Cultural Enrichment multiculturalism UK UK. Muslims in the UK

DOSE OF WAKE-UP FOR UK SHAKESPEAREAN ACTOR TERENCE STAMP: ENGLISH IS NOW A FOREIGN LANGUAGE IN LONDON…….

We’ve been saying and warning about this for years.

‘I do think a multicultural society can be a good thing, but when it’s at the cost of your own culture and history, then it’s gone too far and it would be very sad if London stopped being predominantly English.

Multi-culturalism can never be a ”good thing”, respect for one’s own cultural heritage and celebrating it privately and at times publicly, is another thing entirely.

English is now a foreign language in London, says Terence Stamp

Provocative: Actor Terence Stamp claims he can’t buy mangoes at his favourite East London market because ‘no one speaks English’

As the dashing star of films such as Billy Budd and Far From The Madding Crowd, Terence Stamp was the symbol of ‘Swinging London’ in the Sixties, but says he now feels like an alien in his own country.

‘It’s very sad how few English people there are in London now,’ he tells me at a party in Mayfair, where he lamented what he seems to see as a lack of integration among some immigrants.

‘When I grew up in East London everyone seemed to speak English, and now you can barely get by speaking our own language.’

Stamp, who enjoyed romances with his fellow Sixties icons, the actress Julie Christie and model Jean Shrimpton, shared a flat with Sir Michael Caine, but is now based in West London.

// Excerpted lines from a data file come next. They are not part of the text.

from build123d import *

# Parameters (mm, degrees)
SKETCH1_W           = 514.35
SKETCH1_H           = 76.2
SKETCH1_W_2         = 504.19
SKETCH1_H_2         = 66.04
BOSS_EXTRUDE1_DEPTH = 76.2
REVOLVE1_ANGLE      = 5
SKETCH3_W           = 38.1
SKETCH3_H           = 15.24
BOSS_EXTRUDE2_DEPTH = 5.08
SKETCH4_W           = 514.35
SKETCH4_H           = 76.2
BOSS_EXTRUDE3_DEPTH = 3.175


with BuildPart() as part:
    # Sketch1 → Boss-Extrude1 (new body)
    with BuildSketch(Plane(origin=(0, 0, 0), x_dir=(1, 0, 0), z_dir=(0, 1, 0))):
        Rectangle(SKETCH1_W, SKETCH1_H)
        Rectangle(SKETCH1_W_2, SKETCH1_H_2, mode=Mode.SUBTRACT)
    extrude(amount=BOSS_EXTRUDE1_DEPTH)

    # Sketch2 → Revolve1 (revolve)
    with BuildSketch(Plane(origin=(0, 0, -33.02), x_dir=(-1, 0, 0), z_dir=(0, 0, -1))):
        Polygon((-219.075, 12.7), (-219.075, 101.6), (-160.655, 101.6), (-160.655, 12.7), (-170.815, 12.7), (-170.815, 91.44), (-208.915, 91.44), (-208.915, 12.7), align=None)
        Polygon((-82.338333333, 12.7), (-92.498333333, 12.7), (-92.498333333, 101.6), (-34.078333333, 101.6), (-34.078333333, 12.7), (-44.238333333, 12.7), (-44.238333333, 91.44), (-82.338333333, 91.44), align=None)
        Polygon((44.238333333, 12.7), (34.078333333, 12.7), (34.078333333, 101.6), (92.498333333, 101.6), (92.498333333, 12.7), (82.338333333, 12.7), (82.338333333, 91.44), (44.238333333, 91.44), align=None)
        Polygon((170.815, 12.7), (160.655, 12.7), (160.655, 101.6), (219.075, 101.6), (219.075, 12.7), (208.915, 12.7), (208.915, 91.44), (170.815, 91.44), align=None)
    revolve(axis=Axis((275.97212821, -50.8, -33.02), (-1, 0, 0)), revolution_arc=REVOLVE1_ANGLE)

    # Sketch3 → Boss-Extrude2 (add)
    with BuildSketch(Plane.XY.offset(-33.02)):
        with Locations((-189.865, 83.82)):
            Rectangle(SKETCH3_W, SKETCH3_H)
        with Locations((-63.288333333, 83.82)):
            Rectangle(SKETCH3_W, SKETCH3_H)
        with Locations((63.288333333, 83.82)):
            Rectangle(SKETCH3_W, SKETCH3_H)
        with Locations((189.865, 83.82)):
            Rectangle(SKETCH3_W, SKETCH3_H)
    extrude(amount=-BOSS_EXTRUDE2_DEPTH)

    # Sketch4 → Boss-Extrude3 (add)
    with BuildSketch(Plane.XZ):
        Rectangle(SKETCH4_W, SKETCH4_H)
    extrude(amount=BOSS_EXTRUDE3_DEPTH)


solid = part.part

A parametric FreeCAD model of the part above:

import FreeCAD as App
import Part
import Sketcher
from FreeCAD import Vector
Q = App.Units.Quantity


def add_polygon(sketch, points):
    """Adds a closed chain of lines whose ends are joined by coincident constraints."""
    first, n = sketch.GeometryCount, len(points)
    for a, b in zip(points, points[1:] + points[:1]):
        sketch.addGeometry(Part.LineSegment(App.Vector(*a, 0), App.Vector(*b, 0)), False)
    for i in range(n):
        sketch.addConstraint(Sketcher.Constraint("Coincident", first + i, 2, first + (i + 1) % n, 1))

doc = App.newDocument("Part")
body = doc.addObject("PartDesign::Body", "Body")

# Sketch on XZ plane
sketch1 = doc.addObject("Sketcher::SketchObject", "Sketch")
body.addObject(sketch1)
sketch1.AttachmentSupport = (doc.XZ_Plane, [""])
sketch1.MapMode = "FlatFace"
add_polygon(sketch1, [(-257, -38), (-257, 38), (257, 38), (257, -38)])  # lines 0-3
add_polygon(sketch1, [(252, 33), (-252, 33), (-252, -33), (252, -33)])  # lines 4-7
sketch1.addConstraint([
    Sketcher.Constraint("Vertical", 0),
    Sketcher.Constraint("Horizontal", 1),
    Sketcher.Constraint("Vertical", 2),
    Sketcher.Constraint("Horizontal", 3),
    Sketcher.Constraint("Horizontal", 4),
    Sketcher.Constraint("Vertical", 5),
    Sketcher.Constraint("Horizontal", 6),
    Sketcher.Constraint("Vertical", 7),
    Sketcher.Constraint("Symmetric", 0, 2, 2, 2, -1, 1),
    Sketcher.Constraint("Symmetric", 4, 2, 6, 2, -1, 1),
    Sketcher.Constraint("DistanceY", 0, 1, 0, 2, Q("3 in")),
    Sketcher.Constraint("DistanceY", 5, 2, 5, 1, Q("2.6 in")),
    Sketcher.Constraint("DistanceX", 1, 1, 1, 2, Q("20.25 in")),
    Sketcher.Constraint("DistanceX", 4, 2, 4, 1, Q("19.85 in")),
])
pad1 = doc.addObject("PartDesign::Pad", "Pad")
body.addObject(pad1)
pad1.Profile = sketch1
pad1.Length = Q("3 in")
pad1.Reversed = True

# Sketch on XY plane
sketch2 = doc.addObject("Sketcher::SketchObject", "Sketch001")
body.addObject(sketch2)
sketch2.AttachmentSupport = (doc.XY_Plane, [""])
sketch2.MapMode = "FlatFace"
sketch2.AttachmentOffset = App.Placement(Vector(0, 0, -1.3 * 25.4), App.Rotation())
add_polygon(sketch2, [(219, 102), (219, 13), (209, 13), (209, 91), (171, 91), (171, 13), (161, 13), (161, 102)])  # lines 0-7
add_polygon(sketch2, [(92, 13), (82, 13), (82, 91), (44, 91), (44, 13), (34, 13), (34, 102), (92, 102)])  # lines 8-15
add_polygon(sketch2, [(-34, 13), (-44, 13), (-44, 91), (-82, 91), (-82, 13), (-92, 13), (-92, 102), (-34, 102)])  # lines 16-23
add_polygon(sketch2, [(-161, 13), (-171, 13), (-171, 91), (-209, 91), (-209, 13), (-219, 13), (-219, 102), (-161, 102)])  # lines 24-31
sketch2.addGeometry(Part.LineSegment(Vector(219, -51, 0), Vector(-219, -51, 0)), True)  # axis
sketch2.addConstraint([
    Sketcher.Constraint("Vertical", 0),
    Sketcher.Constraint("Horizontal", 1),
    Sketcher.Constraint("Vertical", 2),
    Sketcher.Constraint("Horizontal", 3),
    Sketcher.Constraint("Vertical", 4),
    Sketcher.Constraint("Horizontal", 5),
    Sketcher.Constraint("Vertical", 6),
    Sketcher.Constraint("Horizontal", 7),
    Sketcher.Constraint("Horizontal", 8),
    Sketcher.Constraint("Vertical", 9),
    Sketcher.Constraint("Horizontal", 10),
    Sketcher.Constraint("Vertical", 11),
    Sketcher.Constraint("Horizontal", 12),
    Sketcher.Constraint("Vertical", 13),
    Sketcher.Constraint("Horizontal", 14),
    Sketcher.Constraint("Vertical", 15),
    Sketcher.Constraint("Horizontal", 16),
    Sketcher.Constraint("Vertical", 17),
    Sketcher.Constraint("Horizontal", 18),
    Sketcher.Constraint("Vertical", 19),
    Sketcher.Constraint("Horizontal", 20),
    Sketcher.Constraint("Vertical", 21),
    Sketcher.Constraint("Horizontal", 22),
    Sketcher.Constraint("Vertical", 23),
    Sketcher.Constraint("Horizontal", 24),
    Sketcher.Constraint("Vertical", 25),
    Sketcher.Constraint("Horizontal", 26),
    Sketcher.Constraint("Vertical", 27),
    Sketcher.Constraint("Horizontal", 28),
    Sketcher.Constraint("Vertical", 29),
    Sketcher.Constraint("Horizontal", 30),
    Sketcher.Constraint("Vertical", 31),
    Sketcher.Constraint("Horizontal", 32),
    Sketcher.Constraint("Symmetric", 11, 2, 16, 2, -2),
    Sketcher.Constraint("Symmetric", 9, 2, 18, 2, -2),
    Sketcher.Constraint("Symmetric", 15, 2, 20, 2, -2),
    Sketcher.Constraint("Symmetric", 13, 2, 22, 2, -2),
    Sketcher.Constraint("Symmetric", 4, 2, 24, 2, -2),
    Sketcher.Constraint("Symmetric", 2, 2, 26, 2, -2),
    Sketcher.Constraint("Symmetric", 0, 2, 28, 2, -2),
    Sketcher.Constraint("Symmetric", 6, 2, 30, 2, -2),
    Sketcher.Constraint("Horizontal", 1, 2, 4, 2),
    Sketcher.Constraint("Horizontal", 5, 2, 8, 2),
    Sketcher.Constraint("Horizontal", 3, 2, 9, 2),
    Sketcher.Constraint("Horizontal", 8, 2, 11, 2),
    Sketcher.Constraint("Horizontal", 7, 2, 13, 2),
    Sketcher.Constraint("Vertical", 7, 2, 32, 1),
    Sketcher.Constraint("Vertical", 29, 2, 32, 2),
    Sketcher.Constraint("Equal", 1, 5),
    Sketcher.Constraint("Equal", 5, 8),
    Sketcher.Constraint("Equal", 3, 10),
    Sketcher.Constraint("Equal", 8, 12),
    Sketcher.Constraint("DistanceX", 1, 2, 1, 1, Q("0.4 in")),
    Sketcher.Constraint("DistanceX", 3, 2, 3, 1, Q("1.5 in")),
    Sketcher.Constraint("DistanceY", 0, 2, 0, 1, Q("3.5 in")),
    Sketcher.Constraint("DistanceY", 2, 1, 2, 2, Q("3.1 in")),
    Sketcher.Constraint("DistanceY", -1, 1, 6, 2, Q("4 in")),
    Sketcher.Constraint("DistanceY", 32, 1, -1, 1, Q("2 in")),
    Sketcher.Constraint("DistanceX", 32, 2, 32, 1, Q("17.25 in")),
    Sketcher.Constraint("DistanceX", -1, 1, 8, 2, Q("82.338333 mm")),
])
revolution = doc.addObject("PartDesign::Revolution", "Revolution")
body.addObject(revolution)
revolution.Profile = sketch2
revolution.ReferenceAxis = (sketch2, ["Axis0"])
revolution.Angle = 5

# Sketch on XY plane
sketch3 = doc.addObject("Sketcher::SketchObject", "Sketch002")
body.addObject(sketch3)
sketch3.AttachmentSupport = (doc.XY_Plane, [""])
sketch3.MapMode = "FlatFace"
sketch3.AttachmentOffset = App.Placement(Vector(0, 0, -1.3 * 25.4), App.Rotation())
add_polygon(sketch3, [(-209, 91), (-209, 76), (-171, 76), (-171, 91)])  # lines 0-3
add_polygon(sketch3, [(-82, 91), (-82, 76), (-44, 76), (-44, 91)])  # lines 4-7
add_polygon(sketch3, [(44, 91), (44, 76), (82, 76), (82, 91)])  # lines 8-11
add_polygon(sketch3, [(171, 91), (171, 76), (209, 76), (209, 91)])  # lines 12-15
sketch3.addConstraint([
    Sketcher.Constraint("Vertical", 0),
    Sketcher.Constraint("Horizontal", 1),
    Sketcher.Constraint("Vertical", 2),
    Sketcher.Constraint("Horizontal", 3),
    Sketcher.Constraint("Vertical", 4),
    Sketcher.Constraint("Horizontal", 5),
    Sketcher.Constraint("Vertical", 6),
    Sketcher.Constraint("Horizontal", 7),
    Sketcher.Constraint("Vertical", 8),
    Sketcher.Constraint("Horizontal", 9),
    Sketcher.Constraint("Vertical", 10),
    Sketcher.Constraint("Horizontal", 11),
    Sketcher.Constraint("Vertical", 12),
    Sketcher.Constraint("Horizontal", 13),
    Sketcher.Constraint("Vertical", 14),
    Sketcher.Constraint("Horizontal", 15),
    Sketcher.Constraint("Symmetric", 5, 2, 8, 2, -2),
    Sketcher.Constraint("Symmetric", 7, 2, 10, 2, -2),
    Sketcher.Constraint("Symmetric", 1, 2, 12, 2, -2),
    Sketcher.Constraint("Symmetric", 3, 2, 14, 2, -2),
    Sketcher.Constraint("Horizontal", 1, 2, 4, 2),
    Sketcher.Constraint("Horizontal", 3, 2, 6, 2),
    Sketcher.Constraint("Equal", 3, 5),
    Sketcher.Constraint("DistanceX", 1, 1, 1, 2, Q("1.5 in")),
    Sketcher.Constraint("DistanceY", 0, 2, 0, 1, Q("0.6 in")),
    Sketcher.Constraint("DistanceY", -1, 1, 0, 2, Q("3 in")),
    Sketcher.Constraint("DistanceX", 0, 2, -1, 1, Q("8.225 in")),
    Sketcher.Constraint("DistanceX", 4, 2, -1, 1, Q("82.338333 mm")),
])
pad2 = doc.addObject("PartDesign::Pad", "Pad001")
body.addObject(pad2)
pad2.Profile = sketch3
pad2.Length = Q("0.2 in")
pad2.Reversed = True

# Sketch on XZ plane
sketch4 = doc.addObject("Sketcher::SketchObject", "Sketch003")
body.addObject(sketch4)
sketch4.AttachmentSupport = (doc.XZ_Plane, [""])
sketch4.MapMode = "FlatFace"
add_polygon(sketch4, [(-257, 38), (-257, -38), (257, -38), (257, 38)])  # lines 0-3
sketch4.addConstraint([
    Sketcher.Constraint("Vertical", 0),
    Sketcher.Constraint("Horizontal", 1),
    Sketcher.Constraint("Vertical", 2),
    Sketcher.Constraint("Horizontal", 3),
    Sketcher.Constraint("Symmetric", 0, 2, 2, 2, -1, 1),
    Sketcher.Constraint("DistanceY", 0, 2, 0, 1, Q("3 in")),
    Sketcher.Constraint("DistanceX", 1, 1, 1, 2, Q("20.25 in")),
])
pad3 = doc.addObject("PartDesign::Pad", "Pad002")
body.addObject(pad3)
pad3.Profile = sketch4
pad3.Length = Q("0.125 in")

doc.recompute()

‘I don’t live in the East any more, but I absolutely love mangoes and so occasionally I go back there to buy these wonderful Alphonso mangoes from the market on Green Street.

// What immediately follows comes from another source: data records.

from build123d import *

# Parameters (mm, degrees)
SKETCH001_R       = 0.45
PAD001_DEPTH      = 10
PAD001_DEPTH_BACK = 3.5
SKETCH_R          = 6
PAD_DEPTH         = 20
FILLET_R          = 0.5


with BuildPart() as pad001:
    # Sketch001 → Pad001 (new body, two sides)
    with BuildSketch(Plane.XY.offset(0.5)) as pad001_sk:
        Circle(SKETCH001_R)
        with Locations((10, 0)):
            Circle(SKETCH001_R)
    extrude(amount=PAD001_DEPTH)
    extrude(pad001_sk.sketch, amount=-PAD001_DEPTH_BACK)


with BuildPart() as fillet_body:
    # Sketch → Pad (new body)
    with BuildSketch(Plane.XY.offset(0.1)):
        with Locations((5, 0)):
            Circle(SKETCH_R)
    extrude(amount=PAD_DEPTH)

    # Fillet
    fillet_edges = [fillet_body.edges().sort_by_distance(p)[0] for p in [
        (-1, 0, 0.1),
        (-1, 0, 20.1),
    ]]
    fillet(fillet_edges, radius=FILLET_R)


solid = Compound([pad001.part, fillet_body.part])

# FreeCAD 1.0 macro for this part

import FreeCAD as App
import Part
import Sketcher

V = App.Vector
Q = App.Units.Quantity


def edges_at(feature, points):
    """Names of the edges that pass closest to the given points."""
    edges = feature.Shape.Edges
    near = lambda p: min(range(len(edges)), key=lambda i: edges[i].distToShape(Part.Vertex(*p))[0])
    return sorted({f"Edge{near(p) + 1}" for p in points})

doc = App.newDocument("Part")
params = doc.addObject("Spreadsheet::Sheet", "Params")
for row, (alias, value) in enumerate([
    ("sketch1_diameter", "0.9 mm"),
    ("pad1_length", "10 mm"),
    ("pad1_length2", "3.5 mm"),
    ("sketch2_diameter", "12 mm"),
    ("pad2_length", "20 mm"),
    ("fillet_radius", "0.5 mm"),
], start=1):
    params.set(f"A{row}", alias)
    params.set(f"B{row}", "=" + value)
    params.setAlias(f"B{row}", alias)

body = doc.addObject("PartDesign::Body", "Body")
body.AllowCompound = True

sketch1 = body.newObject("Sketcher::SketchObject", "Sketch")
sketch1.AttachmentSupport = (doc.getObject("XY_Plane"), [""])
sketch1.MapMode = "FlatFace"
sketch1.AttachmentOffset = App.Placement(V(0, 0, 0.5), App.Rotation())
sketch1.addGeometry(Part.Circle(V(0, 0, 0), V(0, 0, 1), 0.45), False)
sketch1.addGeometry(Part.Circle(V(10, 0, 0), V(0, 0, 1), 0.45), False)
sketch1.addConstraint(Sketcher.Constraint("Coincident", 0, 3, -1, 1))
sketch1.addConstraint(Sketcher.Constraint("Equal", 0, 1))
sketch1.addConstraint(Sketcher.Constraint("PointOnObject", 1, 3, -1))
sketch1.addConstraint(Sketcher.Constraint("Diameter", 0, Q("0.9 mm")))
sketch1.addConstraint(Sketcher.Constraint("DistanceX", -1, 1, 1, 3, Q("10 mm")))
sketch1.setExpression("Constraints[3]", "Params.sketch1_diameter")
pad1 = body.newObject("PartDesign::Pad", "Pad")
pad1.Profile = sketch1
pad1.Type = "TwoLengths"
pad1.setExpression("Length", "Params.pad1_length")
pad1.setExpression("Length2", "Params.pad1_length2")
body2 = doc.addObject("PartDesign::Body", "Body001")

sketch2 = body2.newObject("Sketcher::SketchObject", "Sketch001")
sketch2.AttachmentSupport = (doc.getObject("XY_Plane001"), [""])
sketch2.MapMode = "FlatFace"
sketch2.AttachmentOffset = App.Placement(V(0, 0, 0.1), App.Rotation())
sketch2.addGeometry(Part.Circle(V(5, 0, 0), V(0, 0, 1), 6), False)
sketch2.addConstraint(Sketcher.Constraint("PointOnObject", 0, 3, -1))
sketch2.addConstraint(Sketcher.Constraint("Diameter", 0, Q("12 mm")))
sketch2.addConstraint(Sketcher.Constraint("DistanceX", -1, 1, 0, 3, Q("5 mm")))
sketch2.setExpression("Constraints[1]", "Params.sketch2_diameter")
pad2 = body2.newObject("PartDesign::Pad", "Pad001")
pad2.Profile = sketch2
pad2.setExpression("Length", "Params.pad2_length")
doc.recompute()

fillet = body2.newObject("PartDesign::Fillet", "Fillet")
fillet.Base = (pad2, edges_at(pad2, [(-1, 0, 0.1), (-1, 0, 20.1)]))
fillet.setExpression("Radius", "Params.fillet_radius")

doc.recompute()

‘I’m lucky if I can buy one now at all because no one speaks English.

‘It’s changed so much in such a short space of time, that God knows what London will be like in another decade or so.’

In a provocative outburst, the 76-year-old actor, who went on to star in Hollywood blockbusters including Superman, added: ‘You see these mums wandering around with their prams and four out of five of them have these scarves wrapped around their heads. I feel like it’s not London any more; not the one I used to know anyway.

‘I do think a multicultural society can be a good thing, but when it’s at the cost of your own culture and history, then it’s gone too far and it would be very sad if London stopped being predominantly English.’